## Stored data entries
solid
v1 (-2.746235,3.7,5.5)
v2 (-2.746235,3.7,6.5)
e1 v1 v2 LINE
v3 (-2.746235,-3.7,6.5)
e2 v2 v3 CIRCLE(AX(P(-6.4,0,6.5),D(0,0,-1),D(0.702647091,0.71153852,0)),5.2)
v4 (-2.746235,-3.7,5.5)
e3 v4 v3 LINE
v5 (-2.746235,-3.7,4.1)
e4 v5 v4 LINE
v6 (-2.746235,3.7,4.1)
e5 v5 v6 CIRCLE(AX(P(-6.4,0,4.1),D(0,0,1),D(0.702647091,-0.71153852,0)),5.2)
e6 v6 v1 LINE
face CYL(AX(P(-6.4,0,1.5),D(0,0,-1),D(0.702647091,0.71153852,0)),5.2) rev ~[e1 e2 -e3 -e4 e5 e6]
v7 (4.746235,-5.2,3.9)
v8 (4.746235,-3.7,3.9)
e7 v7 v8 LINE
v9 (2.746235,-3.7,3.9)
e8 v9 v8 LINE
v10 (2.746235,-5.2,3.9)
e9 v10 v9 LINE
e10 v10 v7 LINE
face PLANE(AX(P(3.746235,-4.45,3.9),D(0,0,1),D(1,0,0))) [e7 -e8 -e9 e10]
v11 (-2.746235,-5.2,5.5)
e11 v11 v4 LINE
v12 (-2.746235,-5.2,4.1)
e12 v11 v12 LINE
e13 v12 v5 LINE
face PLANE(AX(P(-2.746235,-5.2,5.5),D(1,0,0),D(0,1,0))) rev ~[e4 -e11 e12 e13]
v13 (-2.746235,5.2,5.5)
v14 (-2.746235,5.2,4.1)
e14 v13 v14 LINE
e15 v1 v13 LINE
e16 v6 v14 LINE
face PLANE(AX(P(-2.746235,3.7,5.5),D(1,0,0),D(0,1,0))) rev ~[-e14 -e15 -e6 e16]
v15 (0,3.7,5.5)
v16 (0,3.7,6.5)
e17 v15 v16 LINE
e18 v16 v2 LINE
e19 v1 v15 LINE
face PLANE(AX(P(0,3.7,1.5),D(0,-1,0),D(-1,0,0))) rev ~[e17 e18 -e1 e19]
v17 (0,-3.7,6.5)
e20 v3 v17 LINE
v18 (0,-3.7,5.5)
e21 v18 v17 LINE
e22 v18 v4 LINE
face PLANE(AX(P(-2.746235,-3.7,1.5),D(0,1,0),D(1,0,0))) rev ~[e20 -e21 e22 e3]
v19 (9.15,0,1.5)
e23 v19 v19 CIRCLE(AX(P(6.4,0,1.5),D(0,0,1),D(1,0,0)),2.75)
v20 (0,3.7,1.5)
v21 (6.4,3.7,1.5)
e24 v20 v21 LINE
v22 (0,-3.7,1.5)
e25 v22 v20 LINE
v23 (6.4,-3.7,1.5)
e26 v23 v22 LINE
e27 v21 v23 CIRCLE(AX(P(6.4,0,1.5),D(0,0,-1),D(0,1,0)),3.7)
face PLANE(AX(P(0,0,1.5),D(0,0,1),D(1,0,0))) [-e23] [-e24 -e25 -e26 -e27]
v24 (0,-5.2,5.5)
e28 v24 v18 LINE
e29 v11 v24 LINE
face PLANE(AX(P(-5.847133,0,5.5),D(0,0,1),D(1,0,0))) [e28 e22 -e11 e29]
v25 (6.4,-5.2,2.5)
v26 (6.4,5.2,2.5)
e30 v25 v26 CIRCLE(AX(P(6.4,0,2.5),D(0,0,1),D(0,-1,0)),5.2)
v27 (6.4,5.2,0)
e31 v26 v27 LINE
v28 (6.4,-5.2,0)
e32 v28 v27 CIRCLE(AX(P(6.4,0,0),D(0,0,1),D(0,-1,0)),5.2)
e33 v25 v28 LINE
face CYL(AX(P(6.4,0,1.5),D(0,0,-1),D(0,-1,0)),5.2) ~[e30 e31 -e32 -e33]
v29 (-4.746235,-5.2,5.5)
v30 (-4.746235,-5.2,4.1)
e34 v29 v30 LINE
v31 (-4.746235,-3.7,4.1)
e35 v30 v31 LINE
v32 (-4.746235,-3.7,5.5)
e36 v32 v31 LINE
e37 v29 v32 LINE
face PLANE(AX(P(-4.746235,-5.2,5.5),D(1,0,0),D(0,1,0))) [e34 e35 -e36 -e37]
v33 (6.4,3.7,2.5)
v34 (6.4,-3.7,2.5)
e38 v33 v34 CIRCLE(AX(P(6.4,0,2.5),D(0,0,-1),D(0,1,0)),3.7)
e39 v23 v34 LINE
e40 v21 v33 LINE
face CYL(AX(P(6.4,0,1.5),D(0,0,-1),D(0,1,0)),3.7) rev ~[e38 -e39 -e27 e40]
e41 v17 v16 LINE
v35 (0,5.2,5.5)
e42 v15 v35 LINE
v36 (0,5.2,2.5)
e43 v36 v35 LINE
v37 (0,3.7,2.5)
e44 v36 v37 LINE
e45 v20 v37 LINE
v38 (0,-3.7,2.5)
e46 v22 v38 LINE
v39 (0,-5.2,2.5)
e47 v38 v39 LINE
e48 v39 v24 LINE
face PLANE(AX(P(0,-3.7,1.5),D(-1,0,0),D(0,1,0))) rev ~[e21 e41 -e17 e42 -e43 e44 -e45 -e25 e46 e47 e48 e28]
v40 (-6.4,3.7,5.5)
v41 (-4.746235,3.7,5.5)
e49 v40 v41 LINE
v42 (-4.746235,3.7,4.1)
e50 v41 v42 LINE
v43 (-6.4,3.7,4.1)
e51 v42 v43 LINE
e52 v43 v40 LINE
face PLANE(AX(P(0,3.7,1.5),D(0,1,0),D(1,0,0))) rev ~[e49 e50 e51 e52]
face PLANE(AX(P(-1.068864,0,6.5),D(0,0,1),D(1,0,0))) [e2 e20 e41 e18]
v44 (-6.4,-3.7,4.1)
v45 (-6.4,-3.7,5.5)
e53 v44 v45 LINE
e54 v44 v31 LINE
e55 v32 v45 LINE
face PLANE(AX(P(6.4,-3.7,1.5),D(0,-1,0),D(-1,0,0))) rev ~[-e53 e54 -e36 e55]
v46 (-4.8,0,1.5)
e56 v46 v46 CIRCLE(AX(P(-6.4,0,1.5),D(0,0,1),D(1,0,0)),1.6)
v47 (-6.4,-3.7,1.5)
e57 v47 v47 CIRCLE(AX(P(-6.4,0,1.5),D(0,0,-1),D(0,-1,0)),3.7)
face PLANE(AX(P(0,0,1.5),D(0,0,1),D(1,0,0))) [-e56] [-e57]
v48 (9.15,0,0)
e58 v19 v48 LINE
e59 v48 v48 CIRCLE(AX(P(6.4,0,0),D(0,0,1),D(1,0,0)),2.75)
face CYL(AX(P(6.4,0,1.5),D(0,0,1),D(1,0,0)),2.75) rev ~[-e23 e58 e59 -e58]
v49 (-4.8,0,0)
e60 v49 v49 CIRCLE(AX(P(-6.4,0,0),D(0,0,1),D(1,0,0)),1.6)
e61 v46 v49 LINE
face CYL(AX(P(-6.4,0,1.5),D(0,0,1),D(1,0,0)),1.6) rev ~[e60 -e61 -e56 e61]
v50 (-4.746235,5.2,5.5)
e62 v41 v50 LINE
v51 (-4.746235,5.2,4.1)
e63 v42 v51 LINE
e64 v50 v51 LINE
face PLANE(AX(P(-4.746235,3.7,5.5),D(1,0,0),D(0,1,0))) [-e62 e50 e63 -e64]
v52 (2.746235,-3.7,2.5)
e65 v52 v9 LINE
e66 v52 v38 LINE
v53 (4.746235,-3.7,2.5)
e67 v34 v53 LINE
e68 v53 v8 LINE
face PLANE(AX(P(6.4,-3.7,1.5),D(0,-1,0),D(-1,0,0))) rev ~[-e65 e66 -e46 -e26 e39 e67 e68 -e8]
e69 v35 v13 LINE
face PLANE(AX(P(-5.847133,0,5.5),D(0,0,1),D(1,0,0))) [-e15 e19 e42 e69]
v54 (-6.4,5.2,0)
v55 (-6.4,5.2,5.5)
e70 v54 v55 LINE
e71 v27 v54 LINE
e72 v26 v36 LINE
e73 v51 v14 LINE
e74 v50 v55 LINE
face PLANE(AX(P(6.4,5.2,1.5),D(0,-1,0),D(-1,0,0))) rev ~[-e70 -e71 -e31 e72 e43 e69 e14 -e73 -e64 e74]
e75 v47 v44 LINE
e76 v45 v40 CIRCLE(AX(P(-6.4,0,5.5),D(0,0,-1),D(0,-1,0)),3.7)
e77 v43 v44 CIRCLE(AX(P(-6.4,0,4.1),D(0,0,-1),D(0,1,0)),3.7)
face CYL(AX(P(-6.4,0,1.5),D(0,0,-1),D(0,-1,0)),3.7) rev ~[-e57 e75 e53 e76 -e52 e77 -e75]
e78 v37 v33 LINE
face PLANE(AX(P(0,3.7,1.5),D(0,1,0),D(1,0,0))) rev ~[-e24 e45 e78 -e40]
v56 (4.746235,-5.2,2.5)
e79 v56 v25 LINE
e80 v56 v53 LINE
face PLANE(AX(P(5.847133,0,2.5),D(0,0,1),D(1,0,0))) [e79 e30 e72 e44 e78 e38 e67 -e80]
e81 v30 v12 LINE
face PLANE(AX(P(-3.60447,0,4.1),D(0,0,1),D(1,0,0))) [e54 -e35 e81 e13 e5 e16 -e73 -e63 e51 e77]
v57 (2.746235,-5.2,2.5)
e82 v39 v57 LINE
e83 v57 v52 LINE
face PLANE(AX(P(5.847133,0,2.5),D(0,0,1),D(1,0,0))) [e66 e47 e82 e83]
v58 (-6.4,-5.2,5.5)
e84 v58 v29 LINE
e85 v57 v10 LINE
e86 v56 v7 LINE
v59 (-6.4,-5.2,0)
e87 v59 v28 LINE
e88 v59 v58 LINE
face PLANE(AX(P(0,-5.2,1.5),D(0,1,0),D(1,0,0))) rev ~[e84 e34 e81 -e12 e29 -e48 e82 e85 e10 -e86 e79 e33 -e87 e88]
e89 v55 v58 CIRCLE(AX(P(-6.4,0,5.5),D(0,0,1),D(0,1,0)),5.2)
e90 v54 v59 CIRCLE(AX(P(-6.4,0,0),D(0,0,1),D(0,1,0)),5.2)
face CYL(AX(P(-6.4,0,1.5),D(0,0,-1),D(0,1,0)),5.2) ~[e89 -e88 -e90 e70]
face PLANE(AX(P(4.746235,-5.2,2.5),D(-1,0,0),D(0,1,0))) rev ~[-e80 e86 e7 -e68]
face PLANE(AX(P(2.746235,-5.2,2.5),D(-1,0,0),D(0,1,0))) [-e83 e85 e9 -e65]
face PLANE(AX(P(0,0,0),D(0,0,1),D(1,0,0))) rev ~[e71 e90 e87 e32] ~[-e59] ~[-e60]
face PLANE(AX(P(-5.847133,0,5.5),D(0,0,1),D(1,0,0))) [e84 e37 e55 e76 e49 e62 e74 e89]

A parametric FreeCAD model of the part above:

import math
import FreeCAD as App
import Part
import Sketcher

V = App.Vector
Q = App.Units.Quantity

doc = App.newDocument("Part")
body = doc.addObject("PartDesign::Body", "Body")

# Sketch on XY plane
sketch1 = body.newObject("Sketcher::SketchObject", "Sketch")
sketch1.AttachmentSupport = (doc.getObject("XY_Plane"), [""])
sketch1.MapMode = "FlatFace"
sketch1.addGeometry(Part.LineSegment(V(6, 5, 0), V(-6, 5, 0)), False)
sketch1.addGeometry(Part.ArcOfCircle(Part.Circle(V(-6, 0, 0), V(0, 0, 1), 5), math.radians(90), math.radians(270)), False)
sketch1.addGeometry(Part.LineSegment(V(-6, -5, 0), V(6, -5, 0)), False)
sketch1.addGeometry(Part.ArcOfCircle(Part.Circle(V(6, 0, 0), V(0, 0, 1), 5), math.radians(-90), math.radians(90)), False)
sketch1.addConstraint(Sketcher.Constraint("Tangent", 0, 2, 1, 1))
sketch1.addConstraint(Sketcher.Constraint("Tangent", 1, 2, 2, 1))
sketch1.addConstraint(Sketcher.Constraint("Tangent", 2, 2, 3, 1))
sketch1.addConstraint(Sketcher.Constraint("Tangent", 3, 2, 0, 1))
sketch1.addConstraint(Sketcher.Constraint("Horizontal", 0))
sketch1.addConstraint(Sketcher.Constraint("Horizontal", 2))
sketch1.addConstraint(Sketcher.Constraint("Symmetric", 1, 3, 3, 3, -1, 1))
sketch1.addConstraint(Sketcher.Constraint("Radius", 1, Q("5.2 mm")))
sketch1.addConstraint(Sketcher.Constraint("DistanceX", 0, 2, 0, 1, Q("12.8 mm")))
pad1 = body.newObject("PartDesign::Pad", "Pad")
pad1.Profile = sketch1
pad1.Length = 1.5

## EXERCISE INSTRUCTIONS
Copy the lines above exactly. Start with the line containing "v19 (9.15,0,1.5)", end with the line containing "e33 v25 v28 LINE", and include both.

## COMPLETED TASK
v19 (9.15,0,1.5)
e23 v19 v19 CIRCLE(AX(P(6.4,0,1.5),D(0,0,1),D(1,0,0)),2.75)
v20 (0,3.7,1.5)
v21 (6.4,3.7,1.5)
e24 v20 v21 LINE
v22 (0,-3.7,1.5)
e25 v22 v20 LINE
v23 (6.4,-3.7,1.5)
e26 v23 v22 LINE
e27 v21 v23 CIRCLE(AX(P(6.4,0,1.5),D(0,0,-1),D(0,1,0)),3.7)
face PLANE(AX(P(0,0,1.5),D(0,0,1),D(1,0,0))) [-e23] [-e24 -e25 -e26 -e27]
v24 (0,-5.2,5.5)
e28 v24 v18 LINE
e29 v11 v24 LINE
face PLANE(AX(P(-5.847133,0,5.5),D(0,0,1),D(1,0,0))) [e28 e22 -e11 e29]
v25 (6.4,-5.2,2.5)
v26 (6.4,5.2,2.5)
e30 v25 v26 CIRCLE(AX(P(6.4,0,2.5),D(0,0,1),D(0,-1,0)),5.2)
v27 (6.4,5.2,0)
e31 v26 v27 LINE
v28 (6.4,-5.2,0)
e32 v28 v27 CIRCLE(AX(P(6.4,0,0),D(0,0,1),D(0,-1,0)),5.2)
e33 v25 v28 LINE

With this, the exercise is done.